Dataset entries:

★ ★ ★ ★

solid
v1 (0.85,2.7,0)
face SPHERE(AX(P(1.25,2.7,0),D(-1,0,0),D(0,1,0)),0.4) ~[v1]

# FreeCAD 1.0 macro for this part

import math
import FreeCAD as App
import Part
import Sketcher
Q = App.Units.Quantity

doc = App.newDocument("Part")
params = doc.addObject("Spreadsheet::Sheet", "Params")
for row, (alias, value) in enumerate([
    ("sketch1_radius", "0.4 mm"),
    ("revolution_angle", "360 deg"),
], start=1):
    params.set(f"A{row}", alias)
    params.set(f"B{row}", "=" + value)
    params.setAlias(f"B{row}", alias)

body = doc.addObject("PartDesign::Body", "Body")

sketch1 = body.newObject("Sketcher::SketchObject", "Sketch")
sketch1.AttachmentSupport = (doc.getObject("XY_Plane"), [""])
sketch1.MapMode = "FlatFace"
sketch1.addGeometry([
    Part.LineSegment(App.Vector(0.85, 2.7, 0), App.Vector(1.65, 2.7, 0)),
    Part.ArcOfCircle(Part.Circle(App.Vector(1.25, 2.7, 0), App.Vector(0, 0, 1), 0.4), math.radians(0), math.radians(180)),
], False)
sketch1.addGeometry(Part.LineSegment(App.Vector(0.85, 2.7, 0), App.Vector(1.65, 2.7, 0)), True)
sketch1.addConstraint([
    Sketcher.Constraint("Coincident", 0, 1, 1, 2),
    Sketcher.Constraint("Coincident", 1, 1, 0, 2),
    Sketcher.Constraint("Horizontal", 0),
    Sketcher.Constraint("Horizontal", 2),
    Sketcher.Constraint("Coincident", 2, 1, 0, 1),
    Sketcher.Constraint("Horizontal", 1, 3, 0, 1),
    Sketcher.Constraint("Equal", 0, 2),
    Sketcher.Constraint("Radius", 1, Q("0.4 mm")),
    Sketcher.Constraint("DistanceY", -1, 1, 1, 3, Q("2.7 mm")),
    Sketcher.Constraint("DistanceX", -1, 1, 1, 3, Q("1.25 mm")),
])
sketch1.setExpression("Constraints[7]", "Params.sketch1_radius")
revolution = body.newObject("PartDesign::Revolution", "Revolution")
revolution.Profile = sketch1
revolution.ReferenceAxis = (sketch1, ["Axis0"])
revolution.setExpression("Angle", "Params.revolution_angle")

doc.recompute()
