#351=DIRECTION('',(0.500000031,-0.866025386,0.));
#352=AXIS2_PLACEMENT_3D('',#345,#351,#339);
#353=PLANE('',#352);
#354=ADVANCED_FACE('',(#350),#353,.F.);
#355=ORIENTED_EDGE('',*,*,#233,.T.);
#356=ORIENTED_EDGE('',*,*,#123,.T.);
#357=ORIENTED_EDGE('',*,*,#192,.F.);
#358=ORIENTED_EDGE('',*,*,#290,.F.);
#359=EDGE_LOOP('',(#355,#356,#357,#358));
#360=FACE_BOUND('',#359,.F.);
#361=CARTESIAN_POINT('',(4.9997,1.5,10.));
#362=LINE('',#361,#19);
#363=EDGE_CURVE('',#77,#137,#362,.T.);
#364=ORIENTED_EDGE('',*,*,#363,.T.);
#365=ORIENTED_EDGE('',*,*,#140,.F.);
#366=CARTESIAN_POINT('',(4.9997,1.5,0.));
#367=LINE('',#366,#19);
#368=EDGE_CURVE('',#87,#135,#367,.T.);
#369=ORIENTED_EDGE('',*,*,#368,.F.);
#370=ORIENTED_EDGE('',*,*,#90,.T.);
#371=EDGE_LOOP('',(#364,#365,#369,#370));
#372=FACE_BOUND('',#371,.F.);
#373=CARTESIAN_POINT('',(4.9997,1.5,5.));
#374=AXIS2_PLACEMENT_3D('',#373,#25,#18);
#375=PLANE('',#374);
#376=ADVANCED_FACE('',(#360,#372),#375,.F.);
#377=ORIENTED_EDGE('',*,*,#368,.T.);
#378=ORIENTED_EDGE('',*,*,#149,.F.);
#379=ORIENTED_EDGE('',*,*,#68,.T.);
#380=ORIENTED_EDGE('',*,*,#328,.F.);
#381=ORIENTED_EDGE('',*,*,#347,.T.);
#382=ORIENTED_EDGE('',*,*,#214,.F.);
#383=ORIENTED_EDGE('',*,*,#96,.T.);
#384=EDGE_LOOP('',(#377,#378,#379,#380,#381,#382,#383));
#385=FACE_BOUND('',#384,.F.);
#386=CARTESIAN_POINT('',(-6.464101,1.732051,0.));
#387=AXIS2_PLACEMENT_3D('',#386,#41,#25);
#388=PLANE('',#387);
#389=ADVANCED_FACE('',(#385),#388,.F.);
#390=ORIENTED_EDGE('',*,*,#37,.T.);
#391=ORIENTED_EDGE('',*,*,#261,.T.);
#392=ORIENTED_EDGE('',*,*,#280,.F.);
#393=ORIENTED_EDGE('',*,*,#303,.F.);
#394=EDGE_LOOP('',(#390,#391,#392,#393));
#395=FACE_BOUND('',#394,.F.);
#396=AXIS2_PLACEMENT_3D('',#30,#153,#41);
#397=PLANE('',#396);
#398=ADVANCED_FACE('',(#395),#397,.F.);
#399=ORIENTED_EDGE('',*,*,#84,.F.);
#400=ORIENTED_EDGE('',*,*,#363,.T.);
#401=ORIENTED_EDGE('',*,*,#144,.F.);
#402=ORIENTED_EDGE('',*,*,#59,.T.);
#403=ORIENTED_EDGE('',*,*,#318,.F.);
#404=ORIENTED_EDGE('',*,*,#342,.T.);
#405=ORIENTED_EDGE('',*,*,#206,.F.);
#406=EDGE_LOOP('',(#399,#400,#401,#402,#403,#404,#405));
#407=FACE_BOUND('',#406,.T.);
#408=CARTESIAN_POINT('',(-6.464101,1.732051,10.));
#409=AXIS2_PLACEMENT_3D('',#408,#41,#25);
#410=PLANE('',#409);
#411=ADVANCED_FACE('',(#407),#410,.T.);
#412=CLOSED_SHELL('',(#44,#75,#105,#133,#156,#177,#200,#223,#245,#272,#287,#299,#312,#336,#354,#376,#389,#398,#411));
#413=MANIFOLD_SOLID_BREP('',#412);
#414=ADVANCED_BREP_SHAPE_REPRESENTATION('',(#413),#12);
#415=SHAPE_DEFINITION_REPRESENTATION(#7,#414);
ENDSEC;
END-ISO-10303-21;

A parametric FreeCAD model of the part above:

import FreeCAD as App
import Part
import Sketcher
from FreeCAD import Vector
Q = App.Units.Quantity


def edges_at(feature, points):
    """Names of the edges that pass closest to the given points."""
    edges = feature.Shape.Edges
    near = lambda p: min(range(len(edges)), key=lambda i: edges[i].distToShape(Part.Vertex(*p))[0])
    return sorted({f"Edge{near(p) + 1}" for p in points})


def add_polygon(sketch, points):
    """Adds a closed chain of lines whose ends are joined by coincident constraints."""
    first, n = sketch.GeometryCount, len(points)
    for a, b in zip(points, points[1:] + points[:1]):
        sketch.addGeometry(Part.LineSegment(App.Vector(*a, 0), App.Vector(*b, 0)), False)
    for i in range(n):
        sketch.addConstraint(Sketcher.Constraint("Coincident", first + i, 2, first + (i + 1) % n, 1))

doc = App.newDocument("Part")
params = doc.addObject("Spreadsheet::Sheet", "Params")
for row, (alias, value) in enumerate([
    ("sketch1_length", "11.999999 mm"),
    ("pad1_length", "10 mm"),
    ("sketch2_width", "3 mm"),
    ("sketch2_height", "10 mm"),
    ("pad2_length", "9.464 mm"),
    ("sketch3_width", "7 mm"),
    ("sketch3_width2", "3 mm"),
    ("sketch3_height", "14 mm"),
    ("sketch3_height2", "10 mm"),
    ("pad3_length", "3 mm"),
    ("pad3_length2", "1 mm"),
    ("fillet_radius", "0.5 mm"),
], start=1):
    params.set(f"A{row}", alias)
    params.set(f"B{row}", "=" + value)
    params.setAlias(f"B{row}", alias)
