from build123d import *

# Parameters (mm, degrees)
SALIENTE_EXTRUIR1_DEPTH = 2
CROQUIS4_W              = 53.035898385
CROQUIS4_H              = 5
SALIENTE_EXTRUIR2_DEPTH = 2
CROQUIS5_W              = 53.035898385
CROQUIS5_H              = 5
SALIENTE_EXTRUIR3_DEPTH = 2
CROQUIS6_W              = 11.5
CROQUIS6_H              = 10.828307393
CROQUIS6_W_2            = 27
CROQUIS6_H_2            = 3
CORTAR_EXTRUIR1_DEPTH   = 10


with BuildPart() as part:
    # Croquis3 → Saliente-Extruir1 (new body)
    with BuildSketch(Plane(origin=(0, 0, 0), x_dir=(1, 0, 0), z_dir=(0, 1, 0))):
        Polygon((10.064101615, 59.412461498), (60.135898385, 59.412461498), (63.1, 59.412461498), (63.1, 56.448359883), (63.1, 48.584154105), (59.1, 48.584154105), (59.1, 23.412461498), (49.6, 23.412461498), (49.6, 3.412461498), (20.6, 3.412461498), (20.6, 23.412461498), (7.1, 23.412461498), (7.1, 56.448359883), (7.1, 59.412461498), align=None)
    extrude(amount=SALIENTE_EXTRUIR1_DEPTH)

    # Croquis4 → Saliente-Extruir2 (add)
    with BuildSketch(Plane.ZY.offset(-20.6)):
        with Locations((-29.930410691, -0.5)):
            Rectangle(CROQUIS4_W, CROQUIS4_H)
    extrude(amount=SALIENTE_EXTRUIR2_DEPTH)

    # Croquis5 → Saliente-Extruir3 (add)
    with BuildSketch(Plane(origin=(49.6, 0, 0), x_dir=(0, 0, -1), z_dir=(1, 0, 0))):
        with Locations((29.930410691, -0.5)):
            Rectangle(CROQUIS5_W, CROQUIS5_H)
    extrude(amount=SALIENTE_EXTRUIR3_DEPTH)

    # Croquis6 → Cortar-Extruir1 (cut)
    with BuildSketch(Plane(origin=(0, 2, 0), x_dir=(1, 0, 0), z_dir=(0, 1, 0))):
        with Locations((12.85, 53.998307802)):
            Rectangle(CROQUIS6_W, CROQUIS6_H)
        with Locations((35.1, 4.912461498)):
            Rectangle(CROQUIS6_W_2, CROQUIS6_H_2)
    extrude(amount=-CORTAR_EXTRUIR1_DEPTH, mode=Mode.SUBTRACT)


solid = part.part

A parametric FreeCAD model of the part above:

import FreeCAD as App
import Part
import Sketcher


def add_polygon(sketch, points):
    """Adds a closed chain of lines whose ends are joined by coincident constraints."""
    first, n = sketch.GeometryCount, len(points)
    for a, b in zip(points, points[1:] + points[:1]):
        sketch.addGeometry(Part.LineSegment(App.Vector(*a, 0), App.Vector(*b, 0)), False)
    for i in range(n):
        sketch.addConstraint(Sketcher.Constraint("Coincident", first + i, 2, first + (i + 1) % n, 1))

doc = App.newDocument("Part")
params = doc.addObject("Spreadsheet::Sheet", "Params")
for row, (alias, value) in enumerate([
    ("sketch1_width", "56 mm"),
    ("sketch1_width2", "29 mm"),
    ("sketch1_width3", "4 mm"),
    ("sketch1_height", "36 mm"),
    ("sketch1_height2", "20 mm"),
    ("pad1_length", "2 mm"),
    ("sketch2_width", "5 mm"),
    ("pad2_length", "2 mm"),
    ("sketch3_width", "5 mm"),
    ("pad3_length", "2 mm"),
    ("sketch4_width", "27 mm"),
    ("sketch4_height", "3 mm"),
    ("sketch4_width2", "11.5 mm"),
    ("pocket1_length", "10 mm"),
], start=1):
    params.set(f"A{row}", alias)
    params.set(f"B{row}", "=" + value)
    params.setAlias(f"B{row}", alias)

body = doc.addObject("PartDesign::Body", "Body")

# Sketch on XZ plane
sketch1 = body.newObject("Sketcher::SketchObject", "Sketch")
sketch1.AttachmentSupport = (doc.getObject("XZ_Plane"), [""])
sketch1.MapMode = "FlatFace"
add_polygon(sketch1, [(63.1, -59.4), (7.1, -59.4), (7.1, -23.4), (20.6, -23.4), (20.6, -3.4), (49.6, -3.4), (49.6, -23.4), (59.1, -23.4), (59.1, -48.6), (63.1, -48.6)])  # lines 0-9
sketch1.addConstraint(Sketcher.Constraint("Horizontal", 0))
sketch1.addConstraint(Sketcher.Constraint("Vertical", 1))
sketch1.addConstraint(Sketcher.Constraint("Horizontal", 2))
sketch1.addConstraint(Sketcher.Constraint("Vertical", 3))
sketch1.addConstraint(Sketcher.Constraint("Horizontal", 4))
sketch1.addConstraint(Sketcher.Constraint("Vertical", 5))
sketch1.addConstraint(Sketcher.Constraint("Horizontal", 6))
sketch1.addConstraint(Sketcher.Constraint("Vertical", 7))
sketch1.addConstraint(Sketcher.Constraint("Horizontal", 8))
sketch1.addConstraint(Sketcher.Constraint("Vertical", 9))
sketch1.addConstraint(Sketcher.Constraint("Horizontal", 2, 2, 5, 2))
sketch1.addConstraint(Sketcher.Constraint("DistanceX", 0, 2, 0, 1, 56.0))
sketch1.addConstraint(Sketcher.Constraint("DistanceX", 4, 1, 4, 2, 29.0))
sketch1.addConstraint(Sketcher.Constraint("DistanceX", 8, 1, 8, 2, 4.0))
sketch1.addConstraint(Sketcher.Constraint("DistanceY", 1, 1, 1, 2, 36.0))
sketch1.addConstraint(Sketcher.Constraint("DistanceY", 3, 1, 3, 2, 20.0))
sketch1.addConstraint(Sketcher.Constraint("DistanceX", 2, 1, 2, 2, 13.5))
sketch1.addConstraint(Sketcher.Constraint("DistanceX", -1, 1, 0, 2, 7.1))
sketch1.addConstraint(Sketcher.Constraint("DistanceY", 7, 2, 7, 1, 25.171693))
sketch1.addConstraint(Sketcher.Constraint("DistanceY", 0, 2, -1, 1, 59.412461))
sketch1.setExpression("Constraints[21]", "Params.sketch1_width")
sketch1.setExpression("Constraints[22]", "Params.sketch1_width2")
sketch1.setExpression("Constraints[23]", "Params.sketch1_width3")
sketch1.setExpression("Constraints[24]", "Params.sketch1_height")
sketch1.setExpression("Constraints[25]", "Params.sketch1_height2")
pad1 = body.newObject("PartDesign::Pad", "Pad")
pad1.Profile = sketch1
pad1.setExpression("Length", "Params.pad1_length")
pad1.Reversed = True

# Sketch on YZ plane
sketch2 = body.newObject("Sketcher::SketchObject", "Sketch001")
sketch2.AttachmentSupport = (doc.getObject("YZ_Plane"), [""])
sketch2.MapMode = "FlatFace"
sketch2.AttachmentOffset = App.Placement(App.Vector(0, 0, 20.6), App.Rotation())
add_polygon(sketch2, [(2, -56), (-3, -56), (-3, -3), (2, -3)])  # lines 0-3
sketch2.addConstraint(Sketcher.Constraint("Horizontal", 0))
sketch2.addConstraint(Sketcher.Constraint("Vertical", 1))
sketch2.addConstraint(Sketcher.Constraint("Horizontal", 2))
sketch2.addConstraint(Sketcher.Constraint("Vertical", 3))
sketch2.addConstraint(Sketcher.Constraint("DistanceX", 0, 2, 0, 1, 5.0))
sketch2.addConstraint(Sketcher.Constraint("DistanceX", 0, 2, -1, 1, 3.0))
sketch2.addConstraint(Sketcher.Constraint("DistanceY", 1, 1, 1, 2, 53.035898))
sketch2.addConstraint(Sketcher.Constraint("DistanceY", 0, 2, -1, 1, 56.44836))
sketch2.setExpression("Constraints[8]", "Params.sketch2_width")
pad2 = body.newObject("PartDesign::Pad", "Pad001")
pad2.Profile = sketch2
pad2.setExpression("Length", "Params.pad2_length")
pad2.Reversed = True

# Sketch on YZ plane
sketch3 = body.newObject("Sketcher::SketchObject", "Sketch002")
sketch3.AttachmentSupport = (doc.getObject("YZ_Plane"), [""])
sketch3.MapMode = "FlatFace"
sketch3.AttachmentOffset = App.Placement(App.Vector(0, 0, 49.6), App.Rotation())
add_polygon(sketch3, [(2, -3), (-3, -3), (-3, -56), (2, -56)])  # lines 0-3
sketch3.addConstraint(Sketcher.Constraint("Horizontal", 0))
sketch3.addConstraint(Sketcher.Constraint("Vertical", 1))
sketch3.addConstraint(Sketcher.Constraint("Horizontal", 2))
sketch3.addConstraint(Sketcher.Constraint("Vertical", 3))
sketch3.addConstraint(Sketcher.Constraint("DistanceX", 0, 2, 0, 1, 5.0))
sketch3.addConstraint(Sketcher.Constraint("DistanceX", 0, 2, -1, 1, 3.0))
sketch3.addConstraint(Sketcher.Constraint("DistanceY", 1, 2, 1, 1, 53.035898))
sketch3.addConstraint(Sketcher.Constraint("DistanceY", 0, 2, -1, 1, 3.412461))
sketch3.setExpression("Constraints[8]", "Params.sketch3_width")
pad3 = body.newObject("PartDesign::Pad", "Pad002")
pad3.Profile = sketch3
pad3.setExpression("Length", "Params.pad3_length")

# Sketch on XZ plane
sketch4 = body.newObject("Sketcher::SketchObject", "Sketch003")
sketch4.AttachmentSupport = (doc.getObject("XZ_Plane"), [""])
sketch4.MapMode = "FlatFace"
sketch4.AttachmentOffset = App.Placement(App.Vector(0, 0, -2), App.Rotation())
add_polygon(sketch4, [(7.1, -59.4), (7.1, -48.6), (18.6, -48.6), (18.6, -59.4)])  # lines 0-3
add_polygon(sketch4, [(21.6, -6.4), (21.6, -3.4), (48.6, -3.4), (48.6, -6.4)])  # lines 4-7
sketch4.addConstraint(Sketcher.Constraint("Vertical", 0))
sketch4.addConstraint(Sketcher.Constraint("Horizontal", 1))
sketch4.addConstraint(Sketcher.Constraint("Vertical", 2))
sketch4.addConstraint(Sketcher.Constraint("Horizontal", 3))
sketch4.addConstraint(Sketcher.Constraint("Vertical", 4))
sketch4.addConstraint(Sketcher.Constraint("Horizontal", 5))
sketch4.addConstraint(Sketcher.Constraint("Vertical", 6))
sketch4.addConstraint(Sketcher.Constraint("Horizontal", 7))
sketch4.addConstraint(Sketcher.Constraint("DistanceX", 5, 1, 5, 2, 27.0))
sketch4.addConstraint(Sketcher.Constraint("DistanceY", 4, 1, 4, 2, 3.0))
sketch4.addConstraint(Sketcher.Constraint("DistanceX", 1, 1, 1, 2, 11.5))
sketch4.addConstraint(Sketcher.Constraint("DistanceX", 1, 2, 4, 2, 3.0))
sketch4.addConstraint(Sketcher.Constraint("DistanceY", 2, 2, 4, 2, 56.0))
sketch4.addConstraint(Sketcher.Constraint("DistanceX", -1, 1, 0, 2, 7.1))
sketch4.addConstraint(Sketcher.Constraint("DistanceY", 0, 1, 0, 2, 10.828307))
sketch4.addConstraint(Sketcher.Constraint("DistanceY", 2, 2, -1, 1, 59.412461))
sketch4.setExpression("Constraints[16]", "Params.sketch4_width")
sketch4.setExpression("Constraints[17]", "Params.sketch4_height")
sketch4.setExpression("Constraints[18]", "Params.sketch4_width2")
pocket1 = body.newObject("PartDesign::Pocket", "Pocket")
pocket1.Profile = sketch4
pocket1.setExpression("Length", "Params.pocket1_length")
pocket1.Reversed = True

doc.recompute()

★ ★ ★ ★

Task prompt:
Return, with no change at all, every line in the entries above from the line containing "#374=AXIS2_PLACEMENT_3D('',#373,#25,#18);" through the line containing "#379=ORIENTED_EDGE('',*,*,#68,.T.);".

Solution:
#374=AXIS2_PLACEMENT_3D('',#373,#25,#18);
#375=PLANE('',#374);
#376=ADVANCED_FACE('',(#360,#372),#375,.F.);
#377=ORIENTED_EDGE('',*,*,#368,.T.);
#378=ORIENTED_EDGE('',*,*,#149,.F.);
#379=ORIENTED_EDGE('',*,*,#68,.T.);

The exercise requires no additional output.